Southern neighbours Chile and Argentina, and Mexico, have been more astute in this regard. Chile, for example, orchestrated a $4 billion deal between the large Chinese company Tianqi Lithium and its own Sociedad Química y Minera de Chile (SQM) (Bednarski 2021: 63). Mexico similarly achieved a large investment by China’s Ganfeng Lithium — a top global producer of battery metals — into its own Bacanora Lithium. So, world leading technology is now married in both countries to their large reserves of lithium.
What Bolivia’s experience to date illustrates so well is that a large natural resource endowment is only potentially valuable to a country’s development trajectory. To leverage the endowment, even when global demand is high, is no simple task.

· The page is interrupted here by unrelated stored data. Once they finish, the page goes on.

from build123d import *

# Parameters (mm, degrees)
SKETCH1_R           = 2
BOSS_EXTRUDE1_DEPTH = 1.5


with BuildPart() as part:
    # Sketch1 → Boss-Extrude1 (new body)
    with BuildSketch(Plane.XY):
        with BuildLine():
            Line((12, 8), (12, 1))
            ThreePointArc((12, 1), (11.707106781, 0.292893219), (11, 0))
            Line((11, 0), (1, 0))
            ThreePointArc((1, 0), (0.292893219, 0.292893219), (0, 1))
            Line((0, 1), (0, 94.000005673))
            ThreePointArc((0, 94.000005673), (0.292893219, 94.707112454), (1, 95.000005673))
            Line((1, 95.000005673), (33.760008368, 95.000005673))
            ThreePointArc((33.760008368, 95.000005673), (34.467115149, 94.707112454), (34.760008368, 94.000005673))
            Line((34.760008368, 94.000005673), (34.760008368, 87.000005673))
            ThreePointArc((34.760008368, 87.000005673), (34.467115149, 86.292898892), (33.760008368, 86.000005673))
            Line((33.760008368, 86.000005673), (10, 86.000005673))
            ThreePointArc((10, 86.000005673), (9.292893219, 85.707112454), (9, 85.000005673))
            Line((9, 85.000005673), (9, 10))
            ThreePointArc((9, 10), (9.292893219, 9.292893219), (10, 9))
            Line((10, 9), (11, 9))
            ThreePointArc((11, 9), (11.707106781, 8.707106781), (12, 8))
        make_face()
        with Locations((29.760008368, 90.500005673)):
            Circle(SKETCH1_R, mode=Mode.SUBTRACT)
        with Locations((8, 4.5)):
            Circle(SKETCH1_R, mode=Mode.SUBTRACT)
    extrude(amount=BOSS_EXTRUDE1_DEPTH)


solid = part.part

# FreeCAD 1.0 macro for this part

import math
import FreeCAD as App
import Part
import Sketcher
Q = App.Units.Quantity

doc = App.newDocument("Part")
body = doc.addObject("PartDesign::Body", "Body")

sketch1 = doc.addObject("Sketcher::SketchObject", "Sketch")
body.addObject(sketch1)
sketch1.AttachmentSupport = (doc.XY_Plane, [""])
sketch1.MapMode = "FlatFace"
sketch1.addGeometry(Part.LineSegment(App.Vector(12, 1, 0), App.Vector(12, 8, 0)), False)
sketch1.addGeometry(Part.ArcOfCircle(Part.Circle(App.Vector(11, 8, 0), App.Vector(0, 0, 1), 1), math.radians(0), math.radians(90)), False)
sketch1.addGeometry(Part.LineSegment(App.Vector(11, 9, 0), App.Vector(10, 9, 0)), False)
sketch1.addGeometry(Part.ArcOfCircle(Part.Circle(App.Vector(10, 10, 0), App.Vector(0, 0, 1), 1), math.radians(-180), math.radians(-90)), False)
sketch1.addGeometry(Part.LineSegment(App.Vector(9, 10, 0), App.Vector(9, 85.000006, 0)), False)
sketch1.addGeometry(Part.ArcOfCircle(Part.Circle(App.Vector(10, 85.000006, 0), App.Vector(0, 0, 1), 1), math.radians(90), math.radians(180)), False)
sketch1.addGeometry(Part.LineSegment(App.Vector(10, 86.000006, 0), App.Vector(33.760008, 86.000006, 0)), False)
sketch1.addGeometry(Part.ArcOfCircle(Part.Circle(App.Vector(33.760008, 87.000006, 0), App.Vector(0, 0, 1), 1), math.radians(-90), math.radians(0)), False)
sketch1.addGeometry(Part.LineSegment(App.Vector(34.760008, 87.000006, 0), App.Vector(34.760008, 94.000006, 0)), False)
sketch1.addGeometry(Part.ArcOfCircle(Part.Circle(App.Vector(33.760008, 94.000006, 0), App.Vector(0, 0, 1), 1), math.radians(0), math.radians(90)), False)
sketch1.addGeometry(Part.LineSegment(App.Vector(33.760008, 95.000006, 0), App.Vector(1, 95.000006, 0)), False)
sketch1.addGeometry(Part.ArcOfCircle(Part.Circle(App.Vector(1, 94.000006, 0), App.Vector(0, 0, 1), 1), math.radians(90), math.radians(180)), False)
sketch1.addGeometry(Part.LineSegment(App.Vector(0, 94.000006, 0), App.Vector(0, 1, 0)), False)
sketch1.addGeometry(Part.ArcOfCircle(Part.Circle(App.Vector(1, 1, 0), App.Vector(0, 0, 1), 1), math.radians(-180), math.radians(-90)), False)
sketch1.addGeometry(Part.LineSegment(App.Vector(1, 0, 0), App.Vector(11, 0, 0)), False)
sketch1.addGeometry(Part.ArcOfCircle(Part.Circle(App.Vector(11, 1, 0), App.Vector(0, 0, 1), 1), math.radians(-90), math.radians(0)), False)
sketch1.addGeometry(Part.Circle(App.Vector(8, 4.5, 0), App.Vector(0, 0, 1), 2), False)
sketch1.addGeometry(Part.Circle(App.Vector(29.760008, 90.500006, 0), App.Vector(0, 0, 1), 2), False)
sketch1.addConstraint(Sketcher.Constraint("Tangent", 0, 2, 1, 1))
sketch1.addConstraint(Sketcher.Constraint("Tangent", 1, 2, 2, 1))
sketch1.addConstraint(Sketcher.Constraint("Tangent", 2, 2, 3, 2))
sketch1.addConstraint(Sketcher.Constraint("Tangent", 3, 1, 4, 1))
sketch1.addConstraint(Sketcher.Constraint("Tangent", 4, 2, 5, 2))
sketch1.addConstraint(Sketcher.Constraint("Tangent", 5, 1, 6, 1))
sketch1.addConstraint(Sketcher.Constraint("Tangent", 6, 2, 7, 1))
sketch1.addConstraint(Sketcher.Constraint("Tangent", 7, 2, 8, 1))
sketch1.addConstraint(Sketcher.Constraint("Tangent", 8, 2, 9, 1))
sketch1.addConstraint(Sketcher.Constraint("Tangent", 9, 2, 10, 1))
sketch1.addConstraint(Sketcher.Constraint("Tangent", 10, 2, 11, 1))
sketch1.addConstraint(Sketcher.Constraint("Tangent", 11, 2, 12, 1))
sketch1.addConstraint(Sketcher.Constraint("Tangent", 12, 2, 13, 1))
sketch1.addConstraint(Sketcher.Constraint("Tangent", 13, 2, 14, 1))
sketch1.addConstraint(Sketcher.Constraint("Tangent", 14, 2, 15, 1))
sketch1.addConstraint(Sketcher.Constraint("Tangent", 15, 2, 0, 1))
sketch1.addConstraint(Sketcher.Constraint("Vertical", 0))
sketch1.addConstraint(Sketcher.Constraint("Horizontal", 2))
sketch1.addConstraint(Sketcher.Constraint("Vertical", 4))
sketch1.addConstraint(Sketcher.Constraint("Horizontal", 6))
sketch1.addConstraint(Sketcher.Constraint("Vertical", 8))
sketch1.addConstraint(Sketcher.Constraint("Horizontal", 10))
sketch1.addConstraint(Sketcher.Constraint("Vertical", 12))
sketch1.addConstraint(Sketcher.Constraint("Horizontal", 14))
sketch1.addConstraint(Sketcher.Constraint("Equal", 1, 3))
sketch1.addConstraint(Sketcher.Constraint("Equal", 3, 5))
sketch1.addConstraint(Sketcher.Constraint("Equal", 5, 7))
sketch1.addConstraint(Sketcher.Constraint("Equal", 7, 9))
sketch1.addConstraint(Sketcher.Constraint("Equal", 9, 11))
sketch1.addConstraint(Sketcher.Constraint("Equal", 11, 13))
sketch1.addConstraint(Sketcher.Constraint("Equal", 13, 15))
sketch1.addConstraint(Sketcher.Constraint("Equal", 16, 17))
sketch1.addConstraint(Sketcher.Constraint("PointOnObject", 11, 2, -2))
sketch1.addConstraint(Sketcher.Constraint("PointOnObject", 13, 2, -1))
sketch1.addConstraint(Sketcher.Constraint("Equal", 0, 8))
sketch1.addConstraint(Sketcher.Constraint("Diameter", 16, Q("4 mm")))
sketch1.addConstraint(Sketcher.Constraint("Radius", 1, Q("1 mm")))
sketch1.addConstraint(Sketcher.Constraint("DistanceX", 2, 2, 2, 1, Q("1 mm")))
sketch1.addConstraint(Sketcher.Constraint("DistanceX", 14, 1, 14, 2, Q("10 mm")))
sketch1.addConstraint(Sketcher.Constraint("DistanceY", 0, 1, 0, 2, Q("7 mm")))
sketch1.addConstraint(Sketcher.Constraint("DistanceX", -1, 1, 16, 3, Q("8 mm")))
sketch1.addConstraint(Sketcher.Constraint("DistanceX", 17, 3, 9, 3, Q("4 mm")))
sketch1.addConstraint(Sketcher.Constraint("DistanceY", -1, 1, 16, 3, Q("4.5 mm")))
sketch1.addConstraint(Sketcher.Constraint("DistanceY", 17, 3, 9, 3, Q("3.5 mm")))
sketch1.addConstraint(Sketcher.Constraint("DistanceX", 6, 1, 6, 2, Q("23.760008 mm")))
sketch1.addConstraint(Sketcher.Constraint("DistanceY", 4, 1, 4, 2, Q("75.000006 mm")))
pad1 = doc.addObject("PartDesign::Pad", "Pad")
body.addObject(pad1)
pad1.Profile = sketch1
pad1.Length = 1.5

doc.recompute()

Alan Roe is a Non-Resident Senior Research Fellow at UNU-WIDER. He has written extensively in both books, academic journals and for other outlets including the first full-scale statistical analysis of flows of funds in the UK. His publications have also included early papers on interest rate policies in developing economies and on the particular problems of monetary management in Africa.
The views expressed in this piece are those of the author(s), and do not necessarily reflect the views of the Institute or the United Nations University, nor the programme/project donors.
1 A much more detailed explanation of these points can be found in Bednarkski, pages 52,104, and 131.